- PROBLEM
Please give an exact copy of every line from the one holding "f 87 155 86" through the final line of the records below.

(Collected data entries)
== Segment start ==

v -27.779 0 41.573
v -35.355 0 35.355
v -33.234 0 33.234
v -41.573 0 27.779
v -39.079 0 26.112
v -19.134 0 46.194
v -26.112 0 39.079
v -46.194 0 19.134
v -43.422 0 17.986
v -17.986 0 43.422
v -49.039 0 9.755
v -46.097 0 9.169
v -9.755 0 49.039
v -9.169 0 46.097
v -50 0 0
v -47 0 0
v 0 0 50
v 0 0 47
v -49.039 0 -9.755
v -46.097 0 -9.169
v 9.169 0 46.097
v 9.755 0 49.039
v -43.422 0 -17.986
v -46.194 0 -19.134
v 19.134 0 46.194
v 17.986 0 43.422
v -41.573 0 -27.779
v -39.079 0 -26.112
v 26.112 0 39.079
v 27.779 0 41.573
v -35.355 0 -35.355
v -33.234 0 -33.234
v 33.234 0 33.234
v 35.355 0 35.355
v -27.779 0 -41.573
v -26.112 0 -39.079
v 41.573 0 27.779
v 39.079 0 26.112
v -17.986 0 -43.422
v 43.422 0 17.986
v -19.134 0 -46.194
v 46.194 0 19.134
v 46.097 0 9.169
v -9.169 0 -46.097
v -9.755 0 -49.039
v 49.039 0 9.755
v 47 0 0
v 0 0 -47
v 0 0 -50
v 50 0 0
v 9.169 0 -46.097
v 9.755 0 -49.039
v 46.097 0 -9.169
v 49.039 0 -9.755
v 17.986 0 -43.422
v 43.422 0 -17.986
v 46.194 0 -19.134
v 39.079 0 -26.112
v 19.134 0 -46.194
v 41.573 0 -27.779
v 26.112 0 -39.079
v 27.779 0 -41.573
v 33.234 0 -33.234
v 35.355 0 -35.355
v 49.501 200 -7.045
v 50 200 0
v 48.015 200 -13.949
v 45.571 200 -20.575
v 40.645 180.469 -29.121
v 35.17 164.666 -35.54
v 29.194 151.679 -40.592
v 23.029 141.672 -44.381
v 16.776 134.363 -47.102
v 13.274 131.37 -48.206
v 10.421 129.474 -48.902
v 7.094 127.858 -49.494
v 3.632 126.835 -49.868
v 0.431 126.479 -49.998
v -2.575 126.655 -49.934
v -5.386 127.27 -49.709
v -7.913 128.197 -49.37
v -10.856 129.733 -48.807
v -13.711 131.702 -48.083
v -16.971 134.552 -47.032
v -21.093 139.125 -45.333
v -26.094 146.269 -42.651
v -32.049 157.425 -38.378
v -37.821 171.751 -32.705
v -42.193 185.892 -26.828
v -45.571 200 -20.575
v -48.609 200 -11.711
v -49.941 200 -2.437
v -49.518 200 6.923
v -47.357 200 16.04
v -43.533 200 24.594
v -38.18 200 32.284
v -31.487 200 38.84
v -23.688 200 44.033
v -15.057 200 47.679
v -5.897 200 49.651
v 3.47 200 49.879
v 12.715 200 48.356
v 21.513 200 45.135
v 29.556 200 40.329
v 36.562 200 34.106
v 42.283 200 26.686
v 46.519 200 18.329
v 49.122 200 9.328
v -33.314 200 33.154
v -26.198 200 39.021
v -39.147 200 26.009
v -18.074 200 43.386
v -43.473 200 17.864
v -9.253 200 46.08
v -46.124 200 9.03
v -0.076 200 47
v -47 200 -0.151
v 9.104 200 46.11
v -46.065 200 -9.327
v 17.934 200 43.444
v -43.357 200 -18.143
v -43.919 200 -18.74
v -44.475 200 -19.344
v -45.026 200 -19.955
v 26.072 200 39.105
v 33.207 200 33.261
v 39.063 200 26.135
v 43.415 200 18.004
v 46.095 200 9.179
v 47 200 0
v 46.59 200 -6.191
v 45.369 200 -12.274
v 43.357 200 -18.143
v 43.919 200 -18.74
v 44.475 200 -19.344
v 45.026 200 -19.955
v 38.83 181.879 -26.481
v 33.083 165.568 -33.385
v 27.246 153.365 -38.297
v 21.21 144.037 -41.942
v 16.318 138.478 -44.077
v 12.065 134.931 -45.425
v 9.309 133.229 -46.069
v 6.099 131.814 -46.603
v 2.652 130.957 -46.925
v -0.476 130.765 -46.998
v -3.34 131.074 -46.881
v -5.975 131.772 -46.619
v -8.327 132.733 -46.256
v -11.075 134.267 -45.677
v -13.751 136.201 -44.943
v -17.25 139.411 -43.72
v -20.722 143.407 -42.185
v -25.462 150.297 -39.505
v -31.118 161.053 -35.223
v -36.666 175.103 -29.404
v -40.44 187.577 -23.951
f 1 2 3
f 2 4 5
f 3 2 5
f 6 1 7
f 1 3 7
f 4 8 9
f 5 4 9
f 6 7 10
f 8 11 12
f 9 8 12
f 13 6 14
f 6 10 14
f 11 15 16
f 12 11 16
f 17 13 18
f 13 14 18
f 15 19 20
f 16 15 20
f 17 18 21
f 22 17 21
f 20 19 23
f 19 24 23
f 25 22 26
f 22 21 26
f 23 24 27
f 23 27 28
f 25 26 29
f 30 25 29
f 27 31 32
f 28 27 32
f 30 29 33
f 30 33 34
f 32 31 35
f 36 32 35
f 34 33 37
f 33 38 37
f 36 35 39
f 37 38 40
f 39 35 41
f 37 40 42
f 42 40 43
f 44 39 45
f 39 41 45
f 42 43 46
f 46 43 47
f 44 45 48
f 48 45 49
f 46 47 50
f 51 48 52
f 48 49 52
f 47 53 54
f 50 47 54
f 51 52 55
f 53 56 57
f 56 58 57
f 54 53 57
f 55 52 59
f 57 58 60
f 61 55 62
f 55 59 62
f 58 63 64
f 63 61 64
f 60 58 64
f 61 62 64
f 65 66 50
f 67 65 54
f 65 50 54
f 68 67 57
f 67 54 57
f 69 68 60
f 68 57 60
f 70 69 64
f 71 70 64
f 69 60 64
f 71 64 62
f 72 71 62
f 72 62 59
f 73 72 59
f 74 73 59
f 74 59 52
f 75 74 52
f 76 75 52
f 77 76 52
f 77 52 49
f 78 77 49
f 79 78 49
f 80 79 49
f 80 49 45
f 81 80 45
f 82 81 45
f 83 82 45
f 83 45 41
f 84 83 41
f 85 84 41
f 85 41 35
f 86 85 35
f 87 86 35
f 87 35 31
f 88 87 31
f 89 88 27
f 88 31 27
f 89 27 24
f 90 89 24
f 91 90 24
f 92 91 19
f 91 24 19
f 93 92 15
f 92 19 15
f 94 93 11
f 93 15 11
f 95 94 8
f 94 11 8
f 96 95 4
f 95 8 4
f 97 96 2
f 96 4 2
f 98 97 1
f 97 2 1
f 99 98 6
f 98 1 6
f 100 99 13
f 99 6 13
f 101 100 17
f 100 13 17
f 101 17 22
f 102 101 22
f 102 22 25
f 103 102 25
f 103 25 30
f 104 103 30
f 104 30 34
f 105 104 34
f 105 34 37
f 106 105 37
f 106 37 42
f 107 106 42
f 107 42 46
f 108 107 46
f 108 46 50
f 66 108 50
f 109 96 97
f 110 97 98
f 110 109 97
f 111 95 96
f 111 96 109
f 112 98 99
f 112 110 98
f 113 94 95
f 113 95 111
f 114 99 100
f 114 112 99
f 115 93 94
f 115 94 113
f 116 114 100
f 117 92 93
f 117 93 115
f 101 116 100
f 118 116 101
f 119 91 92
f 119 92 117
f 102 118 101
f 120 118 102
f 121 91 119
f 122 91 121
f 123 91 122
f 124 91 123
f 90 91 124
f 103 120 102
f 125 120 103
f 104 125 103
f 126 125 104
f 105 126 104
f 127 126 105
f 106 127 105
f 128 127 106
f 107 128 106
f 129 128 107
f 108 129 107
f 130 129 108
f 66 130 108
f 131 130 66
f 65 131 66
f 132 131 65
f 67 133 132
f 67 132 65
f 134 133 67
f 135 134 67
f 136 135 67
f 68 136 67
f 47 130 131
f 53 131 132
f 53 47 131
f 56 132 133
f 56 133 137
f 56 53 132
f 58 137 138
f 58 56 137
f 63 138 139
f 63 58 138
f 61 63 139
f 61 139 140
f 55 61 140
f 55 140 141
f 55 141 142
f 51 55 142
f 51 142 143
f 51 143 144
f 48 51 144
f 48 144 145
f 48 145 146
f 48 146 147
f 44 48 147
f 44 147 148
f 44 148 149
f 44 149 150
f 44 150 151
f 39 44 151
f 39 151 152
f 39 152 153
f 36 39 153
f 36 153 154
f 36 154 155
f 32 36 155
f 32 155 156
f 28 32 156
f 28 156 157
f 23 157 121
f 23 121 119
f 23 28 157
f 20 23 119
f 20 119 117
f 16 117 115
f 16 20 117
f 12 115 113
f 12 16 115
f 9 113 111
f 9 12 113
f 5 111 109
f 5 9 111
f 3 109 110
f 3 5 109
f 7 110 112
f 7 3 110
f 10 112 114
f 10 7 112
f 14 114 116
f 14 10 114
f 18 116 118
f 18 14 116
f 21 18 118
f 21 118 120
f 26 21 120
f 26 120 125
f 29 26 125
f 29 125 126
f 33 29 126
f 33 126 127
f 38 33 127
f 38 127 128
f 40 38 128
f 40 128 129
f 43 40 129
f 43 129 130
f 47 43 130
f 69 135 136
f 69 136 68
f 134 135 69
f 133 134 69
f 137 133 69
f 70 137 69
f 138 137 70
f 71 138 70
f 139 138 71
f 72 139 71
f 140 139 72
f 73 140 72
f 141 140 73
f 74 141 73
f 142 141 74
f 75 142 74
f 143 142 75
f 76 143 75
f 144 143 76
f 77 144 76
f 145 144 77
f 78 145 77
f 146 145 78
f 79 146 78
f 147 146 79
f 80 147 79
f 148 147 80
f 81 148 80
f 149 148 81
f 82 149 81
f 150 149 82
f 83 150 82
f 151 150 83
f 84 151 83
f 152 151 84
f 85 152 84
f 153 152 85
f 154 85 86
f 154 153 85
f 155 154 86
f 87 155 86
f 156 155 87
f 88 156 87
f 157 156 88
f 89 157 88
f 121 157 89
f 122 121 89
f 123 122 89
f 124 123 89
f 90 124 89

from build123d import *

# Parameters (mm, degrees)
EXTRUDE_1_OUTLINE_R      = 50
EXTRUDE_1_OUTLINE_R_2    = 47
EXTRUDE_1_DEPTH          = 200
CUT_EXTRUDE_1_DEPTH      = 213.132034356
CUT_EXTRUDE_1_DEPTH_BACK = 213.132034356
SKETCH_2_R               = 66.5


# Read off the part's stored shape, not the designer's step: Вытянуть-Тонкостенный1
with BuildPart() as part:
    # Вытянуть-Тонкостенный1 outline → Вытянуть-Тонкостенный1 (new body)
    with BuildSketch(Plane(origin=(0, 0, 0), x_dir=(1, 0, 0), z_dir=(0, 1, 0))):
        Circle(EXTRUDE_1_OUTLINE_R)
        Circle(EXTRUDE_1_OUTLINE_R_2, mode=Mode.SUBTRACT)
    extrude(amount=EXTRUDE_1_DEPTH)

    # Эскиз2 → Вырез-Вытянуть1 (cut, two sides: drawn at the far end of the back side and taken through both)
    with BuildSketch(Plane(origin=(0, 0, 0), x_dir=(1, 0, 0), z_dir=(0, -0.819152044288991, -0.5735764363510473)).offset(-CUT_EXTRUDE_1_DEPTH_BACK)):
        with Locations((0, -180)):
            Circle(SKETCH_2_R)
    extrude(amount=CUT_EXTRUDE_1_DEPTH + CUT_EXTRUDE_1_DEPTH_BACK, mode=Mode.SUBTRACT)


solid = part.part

== Segment end ==

- WORKED SOLUTION
f 87 155 86
f 156 155 87
f 88 156 87
f 157 156 88
f 89 157 88
f 121 157 89
f 122 121 89
f 123 122 89
f 124 123 89
f 90 124 89

from build123d import *

# Parameters (mm, degrees)
EXTRUDE_1_OUTLINE_R      = 50
EXTRUDE_1_OUTLINE_R_2    = 47
EXTRUDE_1_DEPTH          = 200
CUT_EXTRUDE_1_DEPTH      = 213.132034356
CUT_EXTRUDE_1_DEPTH_BACK = 213.132034356
SKETCH_2_R               = 66.5


# Read off the part's stored shape, not the designer's step: Вытянуть-Тонкостенный1
with BuildPart() as part:
    # Вытянуть-Тонкостенный1 outline → Вытянуть-Тонкостенный1 (new body)
    with BuildSketch(Plane(origin=(0, 0, 0), x_dir=(1, 0, 0), z_dir=(0, 1, 0))):
        Circle(EXTRUDE_1_OUTLINE_R)
        Circle(EXTRUDE_1_OUTLINE_R_2, mode=Mode.SUBTRACT)
    extrude(amount=EXTRUDE_1_DEPTH)

    # Эскиз2 → Вырез-Вытянуть1 (cut, two sides: drawn at the far end of the back side and taken through both)
    with BuildSketch(Plane(origin=(0, 0, 0), x_dir=(1, 0, 0), z_dir=(0, -0.819152044288991, -0.5735764363510473)).offset(-CUT_EXTRUDE_1_DEPTH_BACK)):
        with Locations((0, -180)):
            Circle(SKETCH_2_R)
    extrude(amount=CUT_EXTRUDE_1_DEPTH + CUT_EXTRUDE_1_DEPTH_BACK, mode=Mode.SUBTRACT)


solid = part.part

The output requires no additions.